Code Example: Silhouette Score

from sklearn.metrics import silhouette_score

# Calculate silhouette score
silhouette_avg = silhouette_score(X, y_kmeans)
print(f"Silhouette Score: {silhouette_avg}")
  • For Dimensionality Reduction:
    • Explained Variance Ratio: Proportion of variance explained by each principal component.

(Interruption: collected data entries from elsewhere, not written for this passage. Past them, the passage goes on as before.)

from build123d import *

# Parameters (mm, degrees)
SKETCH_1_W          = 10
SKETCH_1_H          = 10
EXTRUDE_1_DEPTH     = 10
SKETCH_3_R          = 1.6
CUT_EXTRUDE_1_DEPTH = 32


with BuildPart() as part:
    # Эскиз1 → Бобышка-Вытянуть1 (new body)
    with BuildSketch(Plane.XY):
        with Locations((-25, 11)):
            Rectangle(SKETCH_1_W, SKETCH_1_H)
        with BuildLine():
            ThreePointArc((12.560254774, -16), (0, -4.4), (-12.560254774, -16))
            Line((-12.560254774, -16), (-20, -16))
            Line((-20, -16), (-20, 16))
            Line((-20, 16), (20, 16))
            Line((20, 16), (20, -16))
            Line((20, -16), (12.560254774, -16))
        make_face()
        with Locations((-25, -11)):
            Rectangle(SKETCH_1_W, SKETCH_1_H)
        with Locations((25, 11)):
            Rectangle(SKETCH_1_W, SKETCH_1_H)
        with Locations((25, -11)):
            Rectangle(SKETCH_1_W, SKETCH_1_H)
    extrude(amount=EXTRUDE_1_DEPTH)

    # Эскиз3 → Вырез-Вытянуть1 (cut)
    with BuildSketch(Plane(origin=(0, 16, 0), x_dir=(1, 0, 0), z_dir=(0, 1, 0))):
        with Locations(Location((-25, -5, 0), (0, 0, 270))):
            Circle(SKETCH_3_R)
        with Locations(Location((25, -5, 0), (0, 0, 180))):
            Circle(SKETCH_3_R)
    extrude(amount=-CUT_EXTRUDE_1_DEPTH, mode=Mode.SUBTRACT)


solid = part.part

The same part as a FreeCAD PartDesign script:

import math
import FreeCAD as App
import Part
import Sketcher

V = App.Vector

doc = App.newDocument("Part")
body = doc.addObject("PartDesign::Body", "Body")

sketch1 = body.newObject("Sketcher::SketchObject", "Sketch")
sketch1.AttachmentSupport = (doc.getObject("XY_Plane"), [""])
sketch1.MapMode = "FlatFace"
sketch1.addGeometry(Part.LineSegment(V(-30, 16, 0), V(-30, 6, 0)), False)
sketch1.addGeometry(Part.LineSegment(V(-30, 6, 0), V(-20, 6, 0)), False)
sketch1.addGeometry(Part.LineSegment(V(-20, 6, 0), V(-20, -6, 0)), False)
sketch1.addGeometry(Part.LineSegment(V(-20, -6, 0), V(-30, -6, 0)), False)
sketch1.addGeometry(Part.LineSegment(V(-30, -6, 0), V(-30, -16, 0)), False)
sketch1.addGeometry(Part.LineSegment(V(-30, -16, 0), V(-13, -16, 0)), False)
sketch1.addGeometry(Part.ArcOfCircle(Part.Circle(V(0, -17, 0), V(0, 0, 1), 13), math.radians(5), math.radians(175)), False)
sketch1.addGeometry(Part.LineSegment(V(13, -16, 0), V(30, -16, 0)), False)
sketch1.addGeometry(Part.LineSegment(V(30, -16, 0), V(30, -6, 0)), False)
sketch1.addGeometry(Part.LineSegment(V(30, -6, 0), V(20, -6, 0)), False)
sketch1.addGeometry(Part.LineSegment(V(20, -6, 0), V(20, 6, 0)), False)
sketch1.addGeometry(Part.LineSegment(V(20, 6, 0), V(30, 6, 0)), False)
sketch1.addGeometry(Part.LineSegment(V(30, 6, 0), V(30, 16, 0)), False)
sketch1.addGeometry(Part.LineSegment(V(30, 16, 0), V(-30, 16, 0)), False)
sketch1.addConstraint(Sketcher.Constraint("Coincident", 0, 2, 1, 1))
sketch1.addConstraint(Sketcher.Constraint("Coincident", 1, 2, 2, 1))
sketch1.addConstraint(Sketcher.Constraint("Coincident", 2, 2, 3, 1))
sketch1.addConstraint(Sketcher.Constraint("Coincident", 3, 2, 4, 1))
sketch1.addConstraint(Sketcher.Constraint("Coincident", 4, 2, 5, 1))
sketch1.addConstraint(Sketcher.Constraint("Coincident", 5, 2, 6, 2))
sketch1.addConstraint(Sketcher.Constraint("Coincident", 6, 1, 7, 1))
sketch1.addConstraint(Sketcher.Constraint("Coincident", 7, 2, 8, 1))
sketch1.addConstraint(Sketcher.Constraint("Coincident", 8, 2, 9, 1))
sketch1.addConstraint(Sketcher.Constraint("Coincident", 9, 2, 10, 1))
sketch1.addConstraint(Sketcher.Constraint("Coincident", 10, 2, 11, 1))
sketch1.addConstraint(Sketcher.Constraint("Coincident", 11, 2, 12, 1))
sketch1.addConstraint(Sketcher.Constraint("Coincident", 12, 2, 13, 1))
sketch1.addConstraint(Sketcher.Constraint("Coincident", 13, 2, 0, 1))
sketch1.addConstraint(Sketcher.Constraint("Vertical", 0))
sketch1.addConstraint(Sketcher.Constraint("Horizontal", 1))
sketch1.addConstraint(Sketcher.Constraint("Vertical", 2))
sketch1.addConstraint(Sketcher.Constraint("Horizontal", 3))
sketch1.addConstraint(Sketcher.Constraint("Vertical", 4))
sketch1.addConstraint(Sketcher.Constraint("Horizontal", 5))
sketch1.addConstraint(Sketcher.Constraint("Horizontal", 7))
sketch1.addConstraint(Sketcher.Constraint("Vertical", 8))
sketch1.addConstraint(Sketcher.Constraint("Horizontal", 9))
sketch1.addConstraint(Sketcher.Constraint("Vertical", 10))
sketch1.addConstraint(Sketcher.Constraint("Horizontal", 11))
sketch1.addConstraint(Sketcher.Constraint("Vertical", 12))
sketch1.addConstraint(Sketcher.Constraint("Horizontal", 13))
sketch1.addConstraint(Sketcher.Constraint("Symmetric", 0, 2, 8, 2, -1, 1))
sketch1.addConstraint(Sketcher.Constraint("Symmetric", 2, 2, 10, 2, -1, 1))
sketch1.addConstraint(Sketcher.Constraint("Symmetric", 4, 2, 12, 2, -1, 1))
sketch1.addConstraint(Sketcher.Constraint("Symmetric", 5, 2, 6, 1, -2))
sketch1.addConstraint(Sketcher.Constraint("Symmetric", 3, 2, 8, 2, -2))
sketch1.addConstraint(Sketcher.Constraint("Equal", 11, 0))
sketch1.addConstraint(Sketcher.Constraint("Radius", 6, 12.6))
sketch1.addConstraint(Sketcher.Constraint("DistanceX", 1, 1, 1, 2, 10.0))
sketch1.addConstraint(Sketcher.Constraint("DistanceX", 13, 2, 13, 1, 60.0))
sketch1.addConstraint(Sketcher.Constraint("DistanceY", 2, 2, 2, 1, 12.0))
sketch1.addConstraint(Sketcher.Constraint("DistanceY", 6, 3, -1, 1, 17.0))
pad1 = body.newObject("PartDesign::Pad", "Pad")
pad1.Profile = sketch1
pad1.Length = 10

sketch2 = body.newObject("Sketcher::SketchObject", "Sketch001")
sketch2.AttachmentSupport = (doc.getObject("XZ_Plane"), [""])
sketch2.MapMode = "FlatFace"
sketch2.AttachmentOffset = App.Placement(V(0, 0, -16), App.Rotation())
sketch2.addGeometry(Part.Circle(V(-25, 5, 0), V(0, 0, 1), 1.6), False)
sketch2.addGeometry(Part.Circle(V(25, 5, 0), V(0, 0, 1), 1.6), False)
sketch2.addConstraint(Sketcher.Constraint("Equal", 0, 1))
sketch2.addConstraint(Sketcher.Constraint("Symmetric", 0, 3, 1, 3, -2))
sketch2.addConstraint(Sketcher.Constraint("Diameter", 0, 3.2))
sketch2.addConstraint(Sketcher.Constraint("DistanceX", 0, 3, -1, 1, 25.0))
sketch2.addConstraint(Sketcher.Constraint("DistanceY", -1, 1, 0, 3, 5.0))
pocket1 = body.newObject("PartDesign::Pocket", "Pocket")
pocket1.Profile = sketch2
pocket1.Length = 32
pocket1.Reversed = True

doc.recompute()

Code Example: Explained Variance Ratio

print(f"Explained variance ratio: {pca.explained_variance_ratio_}")

5. Key Takeaways

  • Clustering helps group similar data points and understand data structure.
  • Dimensionality Reduction simplifies data and helps in visualization and reducing computational costs.
  • Proper evaluation and understanding of techniques are crucial for effective data analysis.

6. Homework/Practice:

  • Apply clustering algorithms to a dataset and evaluate the results using metrics like silhouette score.
  • Use dimensionality reduction techniques to visualize high-dimensional data.
  • Experiment with different parameter settings for clustering and dimensionality reduction algorithms.